◆ What is expected
From the line containing "e17 v17 v15 LINE" down to the line containing "face PLANE(AX(P(0,-4,15.176644),D(0,0,1),D(1,0,0))) [-e30" in the records below, reproduce every line exactly, ends included, and omit all others.

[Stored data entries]
────────────────
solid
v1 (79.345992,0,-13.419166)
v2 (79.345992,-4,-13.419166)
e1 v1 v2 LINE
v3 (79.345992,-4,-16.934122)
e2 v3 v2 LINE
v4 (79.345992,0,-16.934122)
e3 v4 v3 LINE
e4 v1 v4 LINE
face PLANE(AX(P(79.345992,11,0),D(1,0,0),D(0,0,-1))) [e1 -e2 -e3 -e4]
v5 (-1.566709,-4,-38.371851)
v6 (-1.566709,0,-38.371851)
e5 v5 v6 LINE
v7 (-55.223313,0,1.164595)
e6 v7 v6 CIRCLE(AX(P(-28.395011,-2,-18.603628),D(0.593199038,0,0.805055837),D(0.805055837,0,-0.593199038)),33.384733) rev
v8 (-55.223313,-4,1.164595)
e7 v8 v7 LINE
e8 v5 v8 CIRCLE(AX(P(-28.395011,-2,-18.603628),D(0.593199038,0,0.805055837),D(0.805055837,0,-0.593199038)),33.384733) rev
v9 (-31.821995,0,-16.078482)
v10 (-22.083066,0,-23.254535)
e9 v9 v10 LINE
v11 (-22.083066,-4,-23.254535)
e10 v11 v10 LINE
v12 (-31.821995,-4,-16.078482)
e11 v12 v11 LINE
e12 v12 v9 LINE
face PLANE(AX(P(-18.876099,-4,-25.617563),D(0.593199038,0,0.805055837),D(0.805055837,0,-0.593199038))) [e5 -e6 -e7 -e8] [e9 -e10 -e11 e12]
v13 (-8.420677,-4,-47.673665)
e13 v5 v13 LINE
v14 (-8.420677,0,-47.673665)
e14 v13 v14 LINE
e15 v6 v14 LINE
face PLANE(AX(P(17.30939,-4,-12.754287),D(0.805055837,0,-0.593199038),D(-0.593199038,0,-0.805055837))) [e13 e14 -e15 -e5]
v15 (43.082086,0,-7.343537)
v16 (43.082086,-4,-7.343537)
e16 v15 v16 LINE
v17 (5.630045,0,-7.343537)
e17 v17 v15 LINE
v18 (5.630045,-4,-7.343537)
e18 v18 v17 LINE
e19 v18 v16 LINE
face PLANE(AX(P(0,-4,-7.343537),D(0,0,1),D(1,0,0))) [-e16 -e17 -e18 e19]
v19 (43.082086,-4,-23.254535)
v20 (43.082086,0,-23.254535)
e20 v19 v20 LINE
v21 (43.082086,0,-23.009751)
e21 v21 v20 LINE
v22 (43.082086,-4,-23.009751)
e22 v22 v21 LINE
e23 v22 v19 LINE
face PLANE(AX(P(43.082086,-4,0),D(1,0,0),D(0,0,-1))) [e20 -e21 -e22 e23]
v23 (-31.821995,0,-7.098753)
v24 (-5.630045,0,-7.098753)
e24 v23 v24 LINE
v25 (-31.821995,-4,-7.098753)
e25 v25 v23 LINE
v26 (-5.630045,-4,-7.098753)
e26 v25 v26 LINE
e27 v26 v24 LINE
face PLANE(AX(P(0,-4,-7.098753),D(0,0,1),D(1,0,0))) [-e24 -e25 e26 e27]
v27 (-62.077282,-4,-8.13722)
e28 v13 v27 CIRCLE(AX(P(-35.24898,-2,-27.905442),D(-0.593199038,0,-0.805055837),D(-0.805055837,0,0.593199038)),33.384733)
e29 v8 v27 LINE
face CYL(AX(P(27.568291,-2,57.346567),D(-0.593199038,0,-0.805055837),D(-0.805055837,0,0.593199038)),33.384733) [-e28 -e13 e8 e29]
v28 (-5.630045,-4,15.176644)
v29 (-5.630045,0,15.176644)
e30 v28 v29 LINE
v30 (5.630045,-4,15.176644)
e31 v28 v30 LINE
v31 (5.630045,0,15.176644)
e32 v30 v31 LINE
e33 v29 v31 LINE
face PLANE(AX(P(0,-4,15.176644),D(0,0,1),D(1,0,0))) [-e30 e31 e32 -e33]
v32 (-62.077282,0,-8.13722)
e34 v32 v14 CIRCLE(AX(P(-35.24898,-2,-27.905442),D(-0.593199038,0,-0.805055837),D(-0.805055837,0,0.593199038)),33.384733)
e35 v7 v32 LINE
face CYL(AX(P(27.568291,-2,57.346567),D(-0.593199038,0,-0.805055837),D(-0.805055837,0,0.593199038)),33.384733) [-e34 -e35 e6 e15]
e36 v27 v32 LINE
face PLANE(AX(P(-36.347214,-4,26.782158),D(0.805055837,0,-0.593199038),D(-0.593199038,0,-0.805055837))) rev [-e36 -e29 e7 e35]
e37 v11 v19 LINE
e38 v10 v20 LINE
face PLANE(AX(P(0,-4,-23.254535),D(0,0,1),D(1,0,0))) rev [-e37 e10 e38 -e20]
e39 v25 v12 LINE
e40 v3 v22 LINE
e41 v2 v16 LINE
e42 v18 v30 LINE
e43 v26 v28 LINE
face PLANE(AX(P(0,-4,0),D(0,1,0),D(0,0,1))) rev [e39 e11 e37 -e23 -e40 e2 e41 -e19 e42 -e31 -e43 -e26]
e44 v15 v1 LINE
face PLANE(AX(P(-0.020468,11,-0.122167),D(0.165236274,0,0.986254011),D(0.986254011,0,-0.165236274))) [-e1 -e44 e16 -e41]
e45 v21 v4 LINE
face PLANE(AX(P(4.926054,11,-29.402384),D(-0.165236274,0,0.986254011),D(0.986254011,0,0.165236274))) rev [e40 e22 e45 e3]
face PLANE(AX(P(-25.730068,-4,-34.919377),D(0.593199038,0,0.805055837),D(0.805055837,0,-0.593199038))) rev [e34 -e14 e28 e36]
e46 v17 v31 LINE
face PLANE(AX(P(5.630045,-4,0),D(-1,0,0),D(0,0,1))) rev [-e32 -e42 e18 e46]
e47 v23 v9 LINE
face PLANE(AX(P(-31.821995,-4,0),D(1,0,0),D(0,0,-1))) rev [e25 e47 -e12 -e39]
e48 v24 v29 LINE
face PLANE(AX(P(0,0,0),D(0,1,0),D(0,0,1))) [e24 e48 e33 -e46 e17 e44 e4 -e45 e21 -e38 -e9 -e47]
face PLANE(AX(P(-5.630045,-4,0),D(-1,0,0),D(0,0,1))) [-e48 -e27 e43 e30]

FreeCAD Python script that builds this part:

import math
import FreeCAD as App
import Part
import Sketcher

V = App.Vector

doc = App.newDocument("Part")
params = doc.addObject("Spreadsheet::Sheet", "Params")
for row, (alias, value) in enumerate([
    ("pad1_length", "4 mm"),
    ("sketch2_height", "4 mm"),
    ("pad2_length", "11.554247 mm"),
    ("pocket1_length", "15 mm"),
], start=1):
    params.set(f"A{row}", alias)
    params.set(f"B{row}", "=" + value)
    params.setAlias(f"B{row}", alias)

body = doc.addObject("PartDesign::Body", "Body")

# Sketch on XZ plane
sketch1 = doc.addObject("Sketcher::SketchObject", "Sketch")
body.addObject(sketch1)
sketch1.AttachmentSupport = (doc.XZ_Plane, [""])
sketch1.MapMode = "FlatFace"
sketch1.addGeometry([
    Part.LineSegment(V(-62.08, -8.14, 0), V(-55.22, 1.16, 0)),  # 0
    Part.LineSegment(V(-55.22, 1.16, 0), V(-31.82, -16.08, 0)),  # 1
    Part.LineSegment(V(-31.82, -16.08, 0), V(-31.82, -7.1, 0)),  # 2
    Part.LineSegment(V(-31.82, -7.1, 0), V(-5.63, -7.1, 0)),  # 3
    Part.LineSegment(V(-5.63, -7.1, 0), V(-5.63, 15.18, 0)),  # 4
    Part.LineSegment(V(-5.63, 15.18, 0), V(5.63, 15.18, 0)),  # 5
    Part.LineSegment(V(5.63, 15.18, 0), V(5.63, -7.34, 0)),  # 6
    Part.LineSegment(V(5.63, -7.34, 0), V(89.84, -7.34, 0)),  # 7
    Part.LineSegment(V(89.84, -7.34, 0), V(89.84, -23.01, 0)),  # 8
    Part.LineSegment(V(89.84, -23.01, 0), V(43.08, -23.01, 0)),  # 9
    Part.LineSegment(V(43.08, -23.01, 0), V(43.08, -23.25, 0)),  # 10
    Part.LineSegment(V(43.08, -23.25, 0), V(-22.08, -23.25, 0)),  # 11
    Part.LineSegment(V(-22.08, -23.25, 0), V(-1.57, -38.37, 0)),  # 12
    Part.LineSegment(V(-1.57, -38.37, 0), V(-8.42, -47.67, 0)),  # 13
    Part.LineSegment(V(-8.42, -47.67, 0), V(-62.08, -8.14, 0)),  # 14
], False)
sketch1.addConstraint([
    Sketcher.Constraint("Coincident", 0, 2, 1, 1),
    Sketcher.Constraint("Coincident", 1, 2, 2, 1),
    Sketcher.Constraint("Coincident", 2, 2, 3, 1),
    Sketcher.Constraint("Coincident", 3, 2, 4, 1),
    Sketcher.Constraint("Coincident", 4, 2, 5, 1),
    Sketcher.Constraint("Coincident", 5, 2, 6, 1),
    Sketcher.Constraint("Coincident", 6, 2, 7, 1),
    Sketcher.Constraint("Coincident", 7, 2, 8, 1),
    Sketcher.Constraint("Coincident", 8, 2, 9, 1),
    Sketcher.Constraint("Coincident", 9, 2, 10, 1),
    Sketcher.Constraint("Coincident", 10, 2, 11, 1),
    Sketcher.Constraint("Coincident", 11, 2, 12, 1),
    Sketcher.Constraint("Coincident", 12, 2, 13, 1),
    Sketcher.Constraint("Coincident", 13, 2, 14, 1),
    Sketcher.Constraint("Coincident", 14, 2, 0, 1),
    Sketcher.Constraint("Vertical", 2),
    Sketcher.Constraint("Horizontal", 3),
    Sketcher.Constraint("Vertical", 4),
    Sketcher.Constraint("Horizontal", 5),
    Sketcher.Constraint("Vertical", 6),
    Sketcher.Constraint("Horizontal", 7),
    Sketcher.Constraint("Vertical", 8),
    Sketcher.Constraint("Horizontal", 9),
    Sketcher.Constraint("Vertical", 10),
    Sketcher.Constraint("Horizontal", 11),
    Sketcher.Constraint("Perpendicular", 0, 1),
    Sketcher.Constraint("Parallel", 1, 12),
    Sketcher.Constraint("Perpendicular", 12, 13),
    Sketcher.Constraint("Perpendicular", 13, 14),
    Sketcher.Constraint("Equal", 0, 13),
    Sketcher.Constraint("DistanceX", 3, 1, 3, 2, 26.19195),
    Sketcher.Constraint("DistanceX", 5, 1, 5, 2, 11.260091),
    Sketcher.Constraint("DistanceY", 2, 1, 2, 2, 8.979729),
    Sketcher.Constraint("DistanceY", 6, 2, 6, 1, 22.520181),
    Sketcher.Constraint("Distance", 12, 25.48439),
    Sketcher.Constraint("DistanceX", 7, 1, 7, 2, 84.205896),
    Sketcher.Constraint("DistanceX", 9, 2, 9, 1, 46.753855),
    Sketcher.Constraint("DistanceX", 11, 2, 11, 1, 65.165152),
    Sketcher.Constraint("DistanceY", 4, 1, 4, 2, 22.275397),
    Sketcher.Constraint("DistanceY", 8, 2, 8, 1, 15.666213),
    Sketcher.Constraint("DistanceY", 10, 2, 10, 1, 0.244785),
    Sketcher.Constraint("DistanceY", 1, 2, -1, 1, 16.078482),
    Sketcher.Constraint("DistanceX", -1, 1, 7, 2, 89.835941),
    Sketcher.Constraint("DistanceX", 14, 2, -1, 1, 62.077282),
    Sketcher.Constraint("DistanceY", 14, 2, -1, 1, 8.13722),
])
pad1 = doc.addObject("PartDesign::Pad", "Pad")
body.addObject(pad1)
pad1.Profile = sketch1
pad1.setExpression("Length", "Params.pad1_length")

# Sketch on an angled plane
sketch2 = doc.addObject("Sketcher::SketchObject", "Sketch001")
body.addObject(sketch2)
sketch2.Placement = App.Placement(V(-25.730068, 0, -34.919377), App.Rotation(V(-0.805055837, 0, 0.593199038), V(0, 0.999999999, 0), V(-0.593199038, 0, -0.805055837), "ZXY"))
sketch2.addGeometry([
    Part.ArcOfCircle(Part.Circle(V(11.8, -2, 0), V(0, 0, 1), 33.4), math.radians(3), math.radians(177)),
    Part.LineSegment(V(-21.5, 0, 0), V(-21.5, -4, 0)),
    Part.ArcOfCircle(Part.Circle(V(11.8, -2, 0), V(0, 0, 1), 33.4), math.radians(-177), math.radians(-3)),
    Part.LineSegment(V(45.1, -4, 0), V(45.1, 0, 0)),
], False)
sketch2.addConstraint([
    Sketcher.Constraint("Coincident", 0, 2, 1, 1),
    Sketcher.Constraint("Coincident", 1, 2, 2, 1),
    Sketcher.Constraint("Coincident", 2, 2, 3, 1),
    Sketcher.Constraint("Coincident", 3, 2, 0, 1),
    Sketcher.Constraint("Vertical", 1),
    Sketcher.Constraint("Vertical", 3),
    Sketcher.Constraint("Coincident", 2, 3, 0, 3),
    Sketcher.Constraint("Equal", 0, 2),
    Sketcher.Constraint("PointOnObject", 0, 2, -1),
    Sketcher.Constraint("PointOnObject", 3, 2, -1),
    Sketcher.Constraint("DistanceY", 1, 2, 1, 1, 4.0),
    Sketcher.Constraint("Radius", 0, 33.384733),
    Sketcher.Constraint("DistanceX", -1, 1, 0, 3, 11.823915),
])
sketch2.setExpression("Constraints[10]", "Params.sketch2_height")
pad2 = doc.addObject("PartDesign::Pad", "Pad001")
body.addObject(pad2)
pad2.Profile = sketch2
pad2.setExpression("Length", "Params.pad2_length")
pad2.Reversed = True

# Sketch on XZ plane
sketch3 = doc.addObject("Sketcher::SketchObject", "Sketch002")
body.addObject(sketch3)
sketch3.AttachmentSupport = (doc.XZ_Plane, [""])
sketch3.MapMode = "FlatFace"
sketch3.AttachmentOffset = App.Placement(V(0, 0, 4), App.Rotation())
sketch3.addGeometry([
    Part.LineSegment(V(79.3, -13.4, 0), V(79.3, -16.9, 0)),  # 0
    Part.LineSegment(V(79.3, -16.9, 0), V(43.1, -23, 0)),  # 1
    Part.LineSegment(V(43.1, -23, 0), V(89.8, -23, 0)),  # 2
    Part.LineSegment(V(89.8, -23, 0), V(89.8, -7.3, 0)),  # 3
    Part.LineSegment(V(89.8, -7.3, 0), V(43.1, -7.3, 0)),  # 4
    Part.LineSegment(V(43.1, -7.3, 0), V(79.3, -13.4, 0)),  # 5
], False)
sketch3.addConstraint([
    Sketcher.Constraint("Coincident", 0, 2, 1, 1),
    Sketcher.Constraint("Coincident", 1, 2, 2, 1),
    Sketcher.Constraint("Coincident", 2, 2, 3, 1),
    Sketcher.Constraint("Coincident", 3, 2, 4, 1),
    Sketcher.Constraint("Coincident", 4, 2, 5, 1),
    Sketcher.Constraint("Coincident", 5, 2, 0, 1),
    Sketcher.Constraint("Vertical", 0),
    Sketcher.Constraint("Horizontal", 2),
    Sketcher.Constraint("Vertical", 3),
    Sketcher.Constraint("Horizontal", 4),
    Sketcher.Constraint("Vertical", 1, 2, 4, 2),
    Sketcher.Constraint("Equal", 1, 5),
    Sketcher.Constraint("DistanceX", 2, 1, 2, 2, 46.753855),
    Sketcher.Constraint("DistanceY", 0, 2, 0, 1, 3.514957),
    Sketcher.Constraint("DistanceY", 3, 1, 3, 2, 15.666213),
    Sketcher.Constraint("DistanceX", -1, 1, 0, 2, 79.345992),
    Sketcher.Constraint("DistanceY", 1, 2, -1, 1, 23.009751),
    Sketcher.Constraint("DistanceX", -1, 1, 2, 2, 89.835941),
])
pocket1 = doc.addObject("PartDesign::Pocket", "Pocket")
body.addObject(pocket1)
pocket1.Profile = sketch3
pocket1.setExpression("Length", "Params.pocket1_length")

doc.recompute()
────────────────
◆ Task response
e17 v17 v15 LINE
v18 (5.630045,-4,-7.343537)
e18 v18 v17 LINE
e19 v18 v16 LINE
face PLANE(AX(P(0,-4,-7.343537),D(0,0,1),D(1,0,0))) [-e16 -e17 -e18 e19]
v19 (43.082086,-4,-23.254535)
v20 (43.082086,0,-23.254535)
e20 v19 v20 LINE
v21 (43.082086,0,-23.009751)
e21 v21 v20 LINE
v22 (43.082086,-4,-23.009751)
e22 v22 v21 LINE
e23 v22 v19 LINE
face PLANE(AX(P(43.082086,-4,0),D(1,0,0),D(0,0,-1))) [e20 -e21 -e22 e23]
v23 (-31.821995,0,-7.098753)
v24 (-5.630045,0,-7.098753)
e24 v23 v24 LINE
v25 (-31.821995,-4,-7.098753)
e25 v25 v23 LINE
v26 (-5.630045,-4,-7.098753)
e26 v25 v26 LINE
e27 v26 v24 LINE
face PLANE(AX(P(0,-4,-7.098753),D(0,0,1),D(1,0,0))) [-e24 -e25 e26 e27]
v27 (-62.077282,-4,-8.13722)
e28 v13 v27 CIRCLE(AX(P(-35.24898,-2,-27.905442),D(-0.593199038,0,-0.805055837),D(-0.805055837,0,0.593199038)),33.384733)
e29 v8 v27 LINE
face CYL(AX(P(27.568291,-2,57.346567),D(-0.593199038,0,-0.805055837),D(-0.805055837,0,0.593199038)),33.384733) [-e28 -e13 e8 e29]
v28 (-5.630045,-4,15.176644)
v29 (-5.630045,0,15.176644)
e30 v28 v29 LINE
v30 (5.630045,-4,15.176644)
e31 v28 v30 LINE
v31 (5.630045,0,15.176644)
e32 v30 v31 LINE
e33 v29 v31 LINE
face PLANE(AX(P(0,-4,15.176644),D(0,0,1),D(1,0,0))) [-e30 e31 e32 -e33]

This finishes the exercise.